INSTRUCTIONS TO FOLLOW
Go through the following data and transcribe exactly the stretch of lines from the one holding "f 295 290 294" to the one holding "f 310 309 311", both included.

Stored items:
== == ==

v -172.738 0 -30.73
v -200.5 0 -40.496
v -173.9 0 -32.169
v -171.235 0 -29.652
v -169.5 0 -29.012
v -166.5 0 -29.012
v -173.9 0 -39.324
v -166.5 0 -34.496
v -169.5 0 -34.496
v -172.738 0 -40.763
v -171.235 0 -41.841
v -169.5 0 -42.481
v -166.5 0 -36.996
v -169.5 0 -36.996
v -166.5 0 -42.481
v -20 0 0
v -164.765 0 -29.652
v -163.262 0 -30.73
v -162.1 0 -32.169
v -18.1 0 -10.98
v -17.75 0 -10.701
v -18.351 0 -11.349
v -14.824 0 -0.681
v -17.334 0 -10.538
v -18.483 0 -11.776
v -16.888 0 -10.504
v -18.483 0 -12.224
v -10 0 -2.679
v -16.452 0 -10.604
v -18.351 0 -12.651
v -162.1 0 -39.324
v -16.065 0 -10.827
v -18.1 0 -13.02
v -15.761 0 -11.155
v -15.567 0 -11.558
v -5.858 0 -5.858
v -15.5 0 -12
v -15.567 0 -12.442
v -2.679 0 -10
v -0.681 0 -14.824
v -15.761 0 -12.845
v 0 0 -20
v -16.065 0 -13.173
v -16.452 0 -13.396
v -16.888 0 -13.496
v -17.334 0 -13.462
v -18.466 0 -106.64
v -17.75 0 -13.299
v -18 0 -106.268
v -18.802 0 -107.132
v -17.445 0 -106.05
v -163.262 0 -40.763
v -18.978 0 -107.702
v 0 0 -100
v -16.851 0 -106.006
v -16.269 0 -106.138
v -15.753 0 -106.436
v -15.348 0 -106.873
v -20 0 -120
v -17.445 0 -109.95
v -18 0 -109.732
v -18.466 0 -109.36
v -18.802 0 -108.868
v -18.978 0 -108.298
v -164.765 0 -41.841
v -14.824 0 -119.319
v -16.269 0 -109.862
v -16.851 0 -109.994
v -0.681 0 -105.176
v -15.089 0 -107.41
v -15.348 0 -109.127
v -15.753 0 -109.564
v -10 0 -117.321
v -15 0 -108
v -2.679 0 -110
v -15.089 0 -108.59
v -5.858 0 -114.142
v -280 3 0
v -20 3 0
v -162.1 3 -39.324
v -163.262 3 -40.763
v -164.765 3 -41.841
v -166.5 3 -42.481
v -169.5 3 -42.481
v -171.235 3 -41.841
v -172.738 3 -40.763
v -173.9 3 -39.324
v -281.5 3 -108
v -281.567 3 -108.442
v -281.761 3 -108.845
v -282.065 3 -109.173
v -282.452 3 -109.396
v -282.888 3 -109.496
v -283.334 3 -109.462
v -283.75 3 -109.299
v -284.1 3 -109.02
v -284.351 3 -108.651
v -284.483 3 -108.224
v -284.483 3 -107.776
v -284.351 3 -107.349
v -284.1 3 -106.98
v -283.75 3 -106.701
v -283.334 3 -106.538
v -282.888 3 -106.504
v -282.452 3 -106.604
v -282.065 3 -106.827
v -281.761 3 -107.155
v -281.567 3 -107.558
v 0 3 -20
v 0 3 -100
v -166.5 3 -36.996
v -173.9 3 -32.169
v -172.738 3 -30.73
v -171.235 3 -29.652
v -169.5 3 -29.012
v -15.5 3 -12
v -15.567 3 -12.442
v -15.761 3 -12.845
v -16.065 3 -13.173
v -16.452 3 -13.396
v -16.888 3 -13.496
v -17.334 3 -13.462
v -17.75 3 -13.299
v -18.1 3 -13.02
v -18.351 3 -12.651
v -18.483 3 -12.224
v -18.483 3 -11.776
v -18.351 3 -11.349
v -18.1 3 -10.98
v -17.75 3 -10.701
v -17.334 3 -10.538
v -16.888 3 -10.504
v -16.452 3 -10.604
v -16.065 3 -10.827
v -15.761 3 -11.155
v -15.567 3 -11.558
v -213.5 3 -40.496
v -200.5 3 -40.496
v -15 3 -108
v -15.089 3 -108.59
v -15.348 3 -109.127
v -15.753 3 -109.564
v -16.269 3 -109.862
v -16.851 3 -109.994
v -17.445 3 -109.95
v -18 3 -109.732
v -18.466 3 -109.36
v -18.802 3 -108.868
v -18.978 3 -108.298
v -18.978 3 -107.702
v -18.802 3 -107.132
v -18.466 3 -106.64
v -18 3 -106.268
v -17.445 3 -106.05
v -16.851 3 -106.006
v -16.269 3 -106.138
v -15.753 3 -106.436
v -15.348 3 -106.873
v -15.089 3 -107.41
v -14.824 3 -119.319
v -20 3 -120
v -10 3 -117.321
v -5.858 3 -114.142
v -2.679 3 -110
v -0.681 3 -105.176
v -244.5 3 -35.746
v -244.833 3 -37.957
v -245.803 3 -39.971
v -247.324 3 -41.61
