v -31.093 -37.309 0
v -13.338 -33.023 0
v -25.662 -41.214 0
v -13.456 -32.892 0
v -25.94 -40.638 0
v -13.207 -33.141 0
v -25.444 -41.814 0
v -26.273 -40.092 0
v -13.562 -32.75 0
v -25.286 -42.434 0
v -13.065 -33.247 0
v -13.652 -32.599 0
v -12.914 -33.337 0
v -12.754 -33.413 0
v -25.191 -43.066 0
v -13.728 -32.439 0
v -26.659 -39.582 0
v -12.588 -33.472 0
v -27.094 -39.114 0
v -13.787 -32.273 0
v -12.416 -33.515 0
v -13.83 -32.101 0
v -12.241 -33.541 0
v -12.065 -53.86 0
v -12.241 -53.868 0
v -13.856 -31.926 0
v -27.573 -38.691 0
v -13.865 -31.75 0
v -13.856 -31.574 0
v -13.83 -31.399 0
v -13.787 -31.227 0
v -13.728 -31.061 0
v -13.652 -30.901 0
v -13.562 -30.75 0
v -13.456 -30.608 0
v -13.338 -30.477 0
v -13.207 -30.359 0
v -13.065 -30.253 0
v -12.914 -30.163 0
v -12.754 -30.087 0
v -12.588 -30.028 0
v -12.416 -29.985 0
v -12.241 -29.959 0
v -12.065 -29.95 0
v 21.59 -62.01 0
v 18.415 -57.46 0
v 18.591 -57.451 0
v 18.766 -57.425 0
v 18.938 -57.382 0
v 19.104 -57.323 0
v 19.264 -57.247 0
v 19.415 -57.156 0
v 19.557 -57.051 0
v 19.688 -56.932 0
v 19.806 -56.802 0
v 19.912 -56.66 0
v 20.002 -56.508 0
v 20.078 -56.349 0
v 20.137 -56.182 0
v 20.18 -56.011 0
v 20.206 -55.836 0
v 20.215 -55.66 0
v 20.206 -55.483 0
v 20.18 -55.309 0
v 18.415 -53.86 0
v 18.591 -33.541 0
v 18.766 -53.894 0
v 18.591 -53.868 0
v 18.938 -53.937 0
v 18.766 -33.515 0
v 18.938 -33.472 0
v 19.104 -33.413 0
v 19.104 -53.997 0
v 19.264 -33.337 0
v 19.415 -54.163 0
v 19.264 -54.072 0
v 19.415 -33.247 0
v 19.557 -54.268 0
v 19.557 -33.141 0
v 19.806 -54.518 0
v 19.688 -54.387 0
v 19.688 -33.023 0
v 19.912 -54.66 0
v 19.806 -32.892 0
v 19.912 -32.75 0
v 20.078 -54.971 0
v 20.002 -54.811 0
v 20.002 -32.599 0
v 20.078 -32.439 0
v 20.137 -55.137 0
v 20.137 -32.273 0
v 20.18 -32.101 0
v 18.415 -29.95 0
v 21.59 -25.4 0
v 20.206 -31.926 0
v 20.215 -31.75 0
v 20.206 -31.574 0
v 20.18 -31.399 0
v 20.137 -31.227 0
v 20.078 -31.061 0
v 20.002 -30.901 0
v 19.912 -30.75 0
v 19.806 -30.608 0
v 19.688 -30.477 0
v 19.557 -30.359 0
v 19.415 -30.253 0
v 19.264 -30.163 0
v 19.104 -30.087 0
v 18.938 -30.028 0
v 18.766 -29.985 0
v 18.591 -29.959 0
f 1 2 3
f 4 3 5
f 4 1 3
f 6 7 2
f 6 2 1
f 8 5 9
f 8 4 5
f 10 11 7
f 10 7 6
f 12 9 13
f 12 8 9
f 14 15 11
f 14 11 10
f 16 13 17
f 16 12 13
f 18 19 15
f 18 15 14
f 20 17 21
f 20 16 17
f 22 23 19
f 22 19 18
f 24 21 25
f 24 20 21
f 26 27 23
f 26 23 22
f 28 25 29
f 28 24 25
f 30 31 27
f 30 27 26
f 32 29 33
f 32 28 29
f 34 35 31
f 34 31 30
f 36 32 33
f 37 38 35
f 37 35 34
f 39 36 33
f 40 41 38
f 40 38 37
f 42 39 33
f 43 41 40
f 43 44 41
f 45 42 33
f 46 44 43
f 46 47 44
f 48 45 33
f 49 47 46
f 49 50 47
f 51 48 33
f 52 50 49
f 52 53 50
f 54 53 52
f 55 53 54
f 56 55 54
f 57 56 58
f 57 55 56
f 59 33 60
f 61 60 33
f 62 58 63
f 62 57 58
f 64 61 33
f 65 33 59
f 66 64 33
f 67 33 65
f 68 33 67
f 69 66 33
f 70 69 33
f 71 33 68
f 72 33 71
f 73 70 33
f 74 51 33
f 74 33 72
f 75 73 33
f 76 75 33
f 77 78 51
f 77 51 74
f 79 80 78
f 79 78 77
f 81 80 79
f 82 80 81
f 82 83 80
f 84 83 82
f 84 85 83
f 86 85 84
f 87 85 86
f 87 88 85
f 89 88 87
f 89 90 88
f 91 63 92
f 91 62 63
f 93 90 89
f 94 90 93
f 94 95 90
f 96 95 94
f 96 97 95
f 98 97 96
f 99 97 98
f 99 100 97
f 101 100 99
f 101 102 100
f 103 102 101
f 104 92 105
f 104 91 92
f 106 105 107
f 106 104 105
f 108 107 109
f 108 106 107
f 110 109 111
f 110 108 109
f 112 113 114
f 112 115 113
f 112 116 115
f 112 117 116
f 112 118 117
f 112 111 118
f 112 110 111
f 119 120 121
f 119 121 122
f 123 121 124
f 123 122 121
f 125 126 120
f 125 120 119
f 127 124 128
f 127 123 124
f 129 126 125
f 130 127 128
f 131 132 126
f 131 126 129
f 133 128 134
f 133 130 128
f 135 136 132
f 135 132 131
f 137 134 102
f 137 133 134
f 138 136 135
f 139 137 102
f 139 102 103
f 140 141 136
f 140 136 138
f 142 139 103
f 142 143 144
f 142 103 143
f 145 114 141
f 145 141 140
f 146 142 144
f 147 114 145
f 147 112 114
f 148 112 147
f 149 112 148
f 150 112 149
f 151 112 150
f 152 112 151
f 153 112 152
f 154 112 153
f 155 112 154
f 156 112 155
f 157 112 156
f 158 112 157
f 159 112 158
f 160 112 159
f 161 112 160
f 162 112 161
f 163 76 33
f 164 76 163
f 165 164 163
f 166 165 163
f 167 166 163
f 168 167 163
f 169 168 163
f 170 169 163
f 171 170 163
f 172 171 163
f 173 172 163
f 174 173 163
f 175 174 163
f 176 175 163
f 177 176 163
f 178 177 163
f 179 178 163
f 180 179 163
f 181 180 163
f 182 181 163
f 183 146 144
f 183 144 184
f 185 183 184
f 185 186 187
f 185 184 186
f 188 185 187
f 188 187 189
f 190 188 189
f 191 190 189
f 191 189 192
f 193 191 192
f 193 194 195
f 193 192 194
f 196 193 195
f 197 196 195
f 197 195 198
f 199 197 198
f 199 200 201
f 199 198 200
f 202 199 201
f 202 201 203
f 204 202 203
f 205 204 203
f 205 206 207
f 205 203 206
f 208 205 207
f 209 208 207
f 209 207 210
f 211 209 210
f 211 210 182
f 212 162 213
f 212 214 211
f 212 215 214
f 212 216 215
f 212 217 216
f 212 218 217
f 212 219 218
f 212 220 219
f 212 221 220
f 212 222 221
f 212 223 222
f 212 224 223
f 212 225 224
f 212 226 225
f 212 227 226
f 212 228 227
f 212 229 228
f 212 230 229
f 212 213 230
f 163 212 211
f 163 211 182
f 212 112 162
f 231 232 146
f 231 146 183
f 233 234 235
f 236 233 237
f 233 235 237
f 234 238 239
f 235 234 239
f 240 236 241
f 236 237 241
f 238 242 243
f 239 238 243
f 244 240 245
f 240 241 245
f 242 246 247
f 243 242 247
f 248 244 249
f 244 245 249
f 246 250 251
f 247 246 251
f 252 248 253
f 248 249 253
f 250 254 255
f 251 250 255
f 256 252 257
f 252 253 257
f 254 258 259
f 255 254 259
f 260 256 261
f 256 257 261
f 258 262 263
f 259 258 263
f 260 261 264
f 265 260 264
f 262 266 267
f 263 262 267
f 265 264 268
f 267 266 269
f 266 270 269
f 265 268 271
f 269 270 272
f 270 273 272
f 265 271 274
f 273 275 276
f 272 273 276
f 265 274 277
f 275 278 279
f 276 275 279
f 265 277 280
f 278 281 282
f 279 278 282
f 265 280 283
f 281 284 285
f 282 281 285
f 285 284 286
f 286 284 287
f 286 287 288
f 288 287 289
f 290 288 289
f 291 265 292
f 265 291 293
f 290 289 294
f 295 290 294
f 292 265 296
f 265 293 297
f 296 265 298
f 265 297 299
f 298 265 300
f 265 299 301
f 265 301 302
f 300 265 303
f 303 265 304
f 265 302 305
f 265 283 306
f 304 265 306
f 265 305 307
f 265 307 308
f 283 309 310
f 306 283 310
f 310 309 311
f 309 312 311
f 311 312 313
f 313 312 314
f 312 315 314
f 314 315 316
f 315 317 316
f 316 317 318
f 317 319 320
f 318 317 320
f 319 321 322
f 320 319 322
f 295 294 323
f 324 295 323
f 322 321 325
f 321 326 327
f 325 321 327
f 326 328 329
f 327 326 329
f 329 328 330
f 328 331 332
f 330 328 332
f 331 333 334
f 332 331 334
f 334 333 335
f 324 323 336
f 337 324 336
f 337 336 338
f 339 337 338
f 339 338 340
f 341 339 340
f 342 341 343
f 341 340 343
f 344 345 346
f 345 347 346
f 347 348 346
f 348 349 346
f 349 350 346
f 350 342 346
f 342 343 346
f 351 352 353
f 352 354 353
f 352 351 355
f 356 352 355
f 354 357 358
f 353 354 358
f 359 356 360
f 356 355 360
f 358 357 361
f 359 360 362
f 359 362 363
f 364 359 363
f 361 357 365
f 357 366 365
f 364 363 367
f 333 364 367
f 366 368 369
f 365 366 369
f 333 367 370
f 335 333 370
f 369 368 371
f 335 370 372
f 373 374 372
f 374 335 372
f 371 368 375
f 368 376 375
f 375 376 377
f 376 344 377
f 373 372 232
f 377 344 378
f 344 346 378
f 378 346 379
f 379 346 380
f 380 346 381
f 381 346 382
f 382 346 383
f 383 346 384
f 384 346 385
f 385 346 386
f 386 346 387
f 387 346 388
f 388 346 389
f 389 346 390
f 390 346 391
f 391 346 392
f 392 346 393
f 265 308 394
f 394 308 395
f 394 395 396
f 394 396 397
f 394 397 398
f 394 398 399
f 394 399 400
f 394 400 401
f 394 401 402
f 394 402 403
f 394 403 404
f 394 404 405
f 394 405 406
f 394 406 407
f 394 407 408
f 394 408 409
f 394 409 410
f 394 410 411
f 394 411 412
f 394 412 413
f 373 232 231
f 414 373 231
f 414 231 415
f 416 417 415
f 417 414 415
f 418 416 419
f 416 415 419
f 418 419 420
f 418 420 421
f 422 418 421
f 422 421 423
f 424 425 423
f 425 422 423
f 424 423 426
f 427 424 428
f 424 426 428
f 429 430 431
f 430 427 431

== == ==

SOLUTION FOR THIS EXERCISE
f 295 290 294
f 292 265 296
f 265 293 297
f 296 265 298
f 265 297 299
f 298 265 300
f 265 299 301
f 265 301 302
f 300 265 303
f 303 265 304
f 265 302 305
f 265 283 306
f 304 265 306
f 265 305 307
f 265 307 308
f 283 309 310
f 306 283 310
f 310 309 311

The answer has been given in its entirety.